Passer de l'environnement SAS© 9 classique à SAS© Viya demande plus qu'une simple migration de code ; cela exige un changement de mentalité.

Comme nous l'avons vu, les blocages les plus fréquents ne viennent pas de la complexité des algorithmes, mais de la "grammaire" de la connexion aux données. En acceptant de perdre le contrôle direct sur la hiérarchie database.schema au profit de l'abstraction des CASLIBs, et en maîtrisant la rigueur syntaxique imposée par PostgreSQL (notamment cette fameuse gestion des guillemets), vous débloquez la véritable puissance de la plateforme.

Ne cherchez pas à tordre SAS© Viya pour qu'il se comporte comme du SAS© v9. Embrassez sa logique :

  1. Définissez vos connexions proprement (Mapping).

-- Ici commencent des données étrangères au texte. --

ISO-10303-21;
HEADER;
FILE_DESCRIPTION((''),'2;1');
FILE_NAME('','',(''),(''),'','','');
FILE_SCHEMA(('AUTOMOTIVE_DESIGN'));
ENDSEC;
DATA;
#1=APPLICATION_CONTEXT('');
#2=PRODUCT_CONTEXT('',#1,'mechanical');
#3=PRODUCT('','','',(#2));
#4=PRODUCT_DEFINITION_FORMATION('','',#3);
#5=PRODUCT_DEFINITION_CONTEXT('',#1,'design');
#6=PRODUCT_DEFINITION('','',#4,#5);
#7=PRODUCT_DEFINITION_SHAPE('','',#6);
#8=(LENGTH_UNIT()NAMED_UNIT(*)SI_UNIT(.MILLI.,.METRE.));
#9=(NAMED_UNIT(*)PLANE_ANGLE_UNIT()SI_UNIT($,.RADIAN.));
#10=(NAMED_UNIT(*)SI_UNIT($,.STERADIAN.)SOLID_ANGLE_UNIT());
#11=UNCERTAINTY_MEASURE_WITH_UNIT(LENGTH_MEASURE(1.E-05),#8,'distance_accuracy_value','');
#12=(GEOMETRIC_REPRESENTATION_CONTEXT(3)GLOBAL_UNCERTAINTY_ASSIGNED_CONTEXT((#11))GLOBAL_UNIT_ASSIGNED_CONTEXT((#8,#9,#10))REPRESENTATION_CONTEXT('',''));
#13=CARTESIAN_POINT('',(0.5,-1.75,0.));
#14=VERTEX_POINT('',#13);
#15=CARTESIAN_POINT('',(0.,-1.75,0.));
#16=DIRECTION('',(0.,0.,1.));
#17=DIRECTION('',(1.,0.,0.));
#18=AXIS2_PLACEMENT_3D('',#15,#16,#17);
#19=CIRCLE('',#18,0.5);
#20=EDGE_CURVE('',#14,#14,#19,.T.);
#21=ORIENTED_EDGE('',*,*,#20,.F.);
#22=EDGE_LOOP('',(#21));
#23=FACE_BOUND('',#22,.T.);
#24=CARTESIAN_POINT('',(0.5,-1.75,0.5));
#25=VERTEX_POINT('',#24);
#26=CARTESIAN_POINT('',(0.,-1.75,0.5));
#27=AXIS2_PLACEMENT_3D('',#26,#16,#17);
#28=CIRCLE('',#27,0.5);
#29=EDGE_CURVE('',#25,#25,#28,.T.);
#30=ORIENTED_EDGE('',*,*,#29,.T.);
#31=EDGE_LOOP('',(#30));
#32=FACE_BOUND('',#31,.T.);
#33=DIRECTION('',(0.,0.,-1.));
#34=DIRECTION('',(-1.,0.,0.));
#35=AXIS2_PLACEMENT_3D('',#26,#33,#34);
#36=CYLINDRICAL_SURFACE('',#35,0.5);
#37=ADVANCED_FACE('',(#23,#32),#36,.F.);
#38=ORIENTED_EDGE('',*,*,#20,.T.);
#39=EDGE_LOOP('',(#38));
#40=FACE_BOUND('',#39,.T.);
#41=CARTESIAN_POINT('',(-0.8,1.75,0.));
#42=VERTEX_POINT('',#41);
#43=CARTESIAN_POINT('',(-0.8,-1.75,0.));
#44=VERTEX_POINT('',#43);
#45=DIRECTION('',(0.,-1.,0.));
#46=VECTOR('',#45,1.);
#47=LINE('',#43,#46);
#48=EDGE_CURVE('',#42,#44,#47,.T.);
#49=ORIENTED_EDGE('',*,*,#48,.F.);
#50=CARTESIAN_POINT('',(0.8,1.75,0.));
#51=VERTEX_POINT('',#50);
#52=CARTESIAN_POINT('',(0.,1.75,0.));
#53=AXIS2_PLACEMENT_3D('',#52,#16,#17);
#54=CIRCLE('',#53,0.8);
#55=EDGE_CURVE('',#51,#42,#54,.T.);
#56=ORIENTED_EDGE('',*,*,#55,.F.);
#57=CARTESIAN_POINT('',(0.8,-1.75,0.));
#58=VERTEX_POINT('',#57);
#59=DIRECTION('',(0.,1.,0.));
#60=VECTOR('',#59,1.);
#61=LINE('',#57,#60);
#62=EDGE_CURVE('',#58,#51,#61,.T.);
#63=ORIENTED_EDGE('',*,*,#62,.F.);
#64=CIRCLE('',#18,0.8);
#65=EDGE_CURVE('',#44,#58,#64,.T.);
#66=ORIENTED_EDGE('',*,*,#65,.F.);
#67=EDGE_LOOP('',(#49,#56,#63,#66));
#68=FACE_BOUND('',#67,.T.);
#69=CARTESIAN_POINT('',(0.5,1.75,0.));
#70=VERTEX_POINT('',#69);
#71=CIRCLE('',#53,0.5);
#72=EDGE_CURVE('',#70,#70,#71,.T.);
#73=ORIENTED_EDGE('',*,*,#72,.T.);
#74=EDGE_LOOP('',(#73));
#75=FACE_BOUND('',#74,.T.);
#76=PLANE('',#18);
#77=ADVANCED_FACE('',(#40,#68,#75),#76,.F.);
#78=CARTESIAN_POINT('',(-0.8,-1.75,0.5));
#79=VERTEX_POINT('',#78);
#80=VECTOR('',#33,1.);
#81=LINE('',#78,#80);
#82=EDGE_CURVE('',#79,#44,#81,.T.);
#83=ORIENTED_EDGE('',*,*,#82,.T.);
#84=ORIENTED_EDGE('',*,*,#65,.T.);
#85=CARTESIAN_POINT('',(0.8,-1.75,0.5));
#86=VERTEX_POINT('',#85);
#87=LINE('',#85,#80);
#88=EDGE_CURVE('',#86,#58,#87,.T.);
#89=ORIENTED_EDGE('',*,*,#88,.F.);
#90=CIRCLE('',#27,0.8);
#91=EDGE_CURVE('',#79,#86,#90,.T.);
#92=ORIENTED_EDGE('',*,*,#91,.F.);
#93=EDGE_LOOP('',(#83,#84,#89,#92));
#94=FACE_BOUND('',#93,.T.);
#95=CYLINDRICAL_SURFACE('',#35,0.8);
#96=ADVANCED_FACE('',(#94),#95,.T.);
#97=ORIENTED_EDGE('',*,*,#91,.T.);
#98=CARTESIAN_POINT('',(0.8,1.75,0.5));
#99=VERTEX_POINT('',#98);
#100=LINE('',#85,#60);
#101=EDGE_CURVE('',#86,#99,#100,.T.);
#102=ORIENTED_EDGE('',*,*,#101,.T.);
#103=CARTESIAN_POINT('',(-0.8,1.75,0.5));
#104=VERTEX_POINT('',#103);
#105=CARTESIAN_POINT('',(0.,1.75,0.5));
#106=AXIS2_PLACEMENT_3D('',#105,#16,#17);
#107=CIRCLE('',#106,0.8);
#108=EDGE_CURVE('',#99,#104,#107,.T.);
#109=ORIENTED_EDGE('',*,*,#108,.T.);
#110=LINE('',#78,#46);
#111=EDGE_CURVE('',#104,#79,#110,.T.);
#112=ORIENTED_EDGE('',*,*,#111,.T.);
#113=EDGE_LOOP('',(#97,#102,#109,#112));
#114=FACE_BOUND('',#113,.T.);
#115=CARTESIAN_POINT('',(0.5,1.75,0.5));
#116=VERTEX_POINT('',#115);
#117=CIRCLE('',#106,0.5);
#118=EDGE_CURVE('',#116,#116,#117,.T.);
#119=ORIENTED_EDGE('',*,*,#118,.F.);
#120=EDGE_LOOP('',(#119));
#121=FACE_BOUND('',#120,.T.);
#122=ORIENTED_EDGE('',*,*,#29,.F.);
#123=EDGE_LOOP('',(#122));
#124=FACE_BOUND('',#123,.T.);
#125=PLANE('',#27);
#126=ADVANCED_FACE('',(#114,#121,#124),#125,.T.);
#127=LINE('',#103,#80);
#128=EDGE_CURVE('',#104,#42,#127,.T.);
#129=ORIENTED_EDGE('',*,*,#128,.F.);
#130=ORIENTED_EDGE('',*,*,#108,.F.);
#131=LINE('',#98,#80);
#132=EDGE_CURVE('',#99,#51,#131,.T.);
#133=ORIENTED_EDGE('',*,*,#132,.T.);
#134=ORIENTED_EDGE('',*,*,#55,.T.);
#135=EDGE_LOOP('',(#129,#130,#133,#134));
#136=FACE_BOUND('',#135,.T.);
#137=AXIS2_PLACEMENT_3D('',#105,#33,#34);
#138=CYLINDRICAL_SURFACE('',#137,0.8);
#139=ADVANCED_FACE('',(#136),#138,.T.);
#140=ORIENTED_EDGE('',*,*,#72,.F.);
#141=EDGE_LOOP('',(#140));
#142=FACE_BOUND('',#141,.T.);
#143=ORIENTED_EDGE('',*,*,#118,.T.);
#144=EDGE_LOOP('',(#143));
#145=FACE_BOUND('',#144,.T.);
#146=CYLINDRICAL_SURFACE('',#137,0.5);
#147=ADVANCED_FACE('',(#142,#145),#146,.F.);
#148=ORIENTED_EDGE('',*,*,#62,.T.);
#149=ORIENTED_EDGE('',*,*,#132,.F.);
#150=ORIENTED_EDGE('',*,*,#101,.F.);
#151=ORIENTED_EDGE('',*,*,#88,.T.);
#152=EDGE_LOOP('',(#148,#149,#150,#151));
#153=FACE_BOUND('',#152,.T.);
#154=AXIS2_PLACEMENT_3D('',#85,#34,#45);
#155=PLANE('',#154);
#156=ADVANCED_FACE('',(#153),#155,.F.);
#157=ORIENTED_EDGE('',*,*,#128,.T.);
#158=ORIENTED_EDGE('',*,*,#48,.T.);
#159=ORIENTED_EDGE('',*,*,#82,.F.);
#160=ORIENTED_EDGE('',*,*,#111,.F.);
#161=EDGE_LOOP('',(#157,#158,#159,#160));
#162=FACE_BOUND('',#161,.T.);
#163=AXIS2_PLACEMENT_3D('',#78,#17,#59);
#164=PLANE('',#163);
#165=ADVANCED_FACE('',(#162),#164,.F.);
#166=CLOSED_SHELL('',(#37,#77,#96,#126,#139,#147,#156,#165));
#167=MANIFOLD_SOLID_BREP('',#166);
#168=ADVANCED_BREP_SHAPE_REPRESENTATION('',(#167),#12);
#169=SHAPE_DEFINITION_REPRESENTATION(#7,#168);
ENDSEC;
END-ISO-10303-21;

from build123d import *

# Parameters (mm, degrees)
SKETCH_1_R      = 0.5
EXTRUDE_1_DEPTH = 0.5


with BuildPart() as part:
    # 草圖1 → 填料-伸長1 (new body)
    with BuildSketch(Plane.XY):
        with BuildLine():
            Line((-0.8, -1.75), (-0.8, 1.75))
            ThreePointArc((-0.8, 1.75), (0, 2.55), (0.8, 1.75))
            Line((0.8, 1.75), (0.8, -1.75))
            ThreePointArc((0.8, -1.75), (0, -2.55), (-0.8, -1.75))
        make_face()
        with Locations((0, 1.75)):
            Circle(SKETCH_1_R, mode=Mode.SUBTRACT)
        with Locations((0, -1.75)):
            Circle(SKETCH_1_R, mode=Mode.SUBTRACT)
    extrude(amount=EXTRUDE_1_DEPTH)


solid = part.part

  2. Soyez explicite sur les types et la casse (Rigueur).

  3. Laissez le moteur MPP gérer le volume (Performance).

Une fois ces ajustements techniques maîtrisés, la frustration syntaxique laisse place à la satisfaction de voir des traitements de plusieurs millions de lignes s'exécuter en quelques secondes.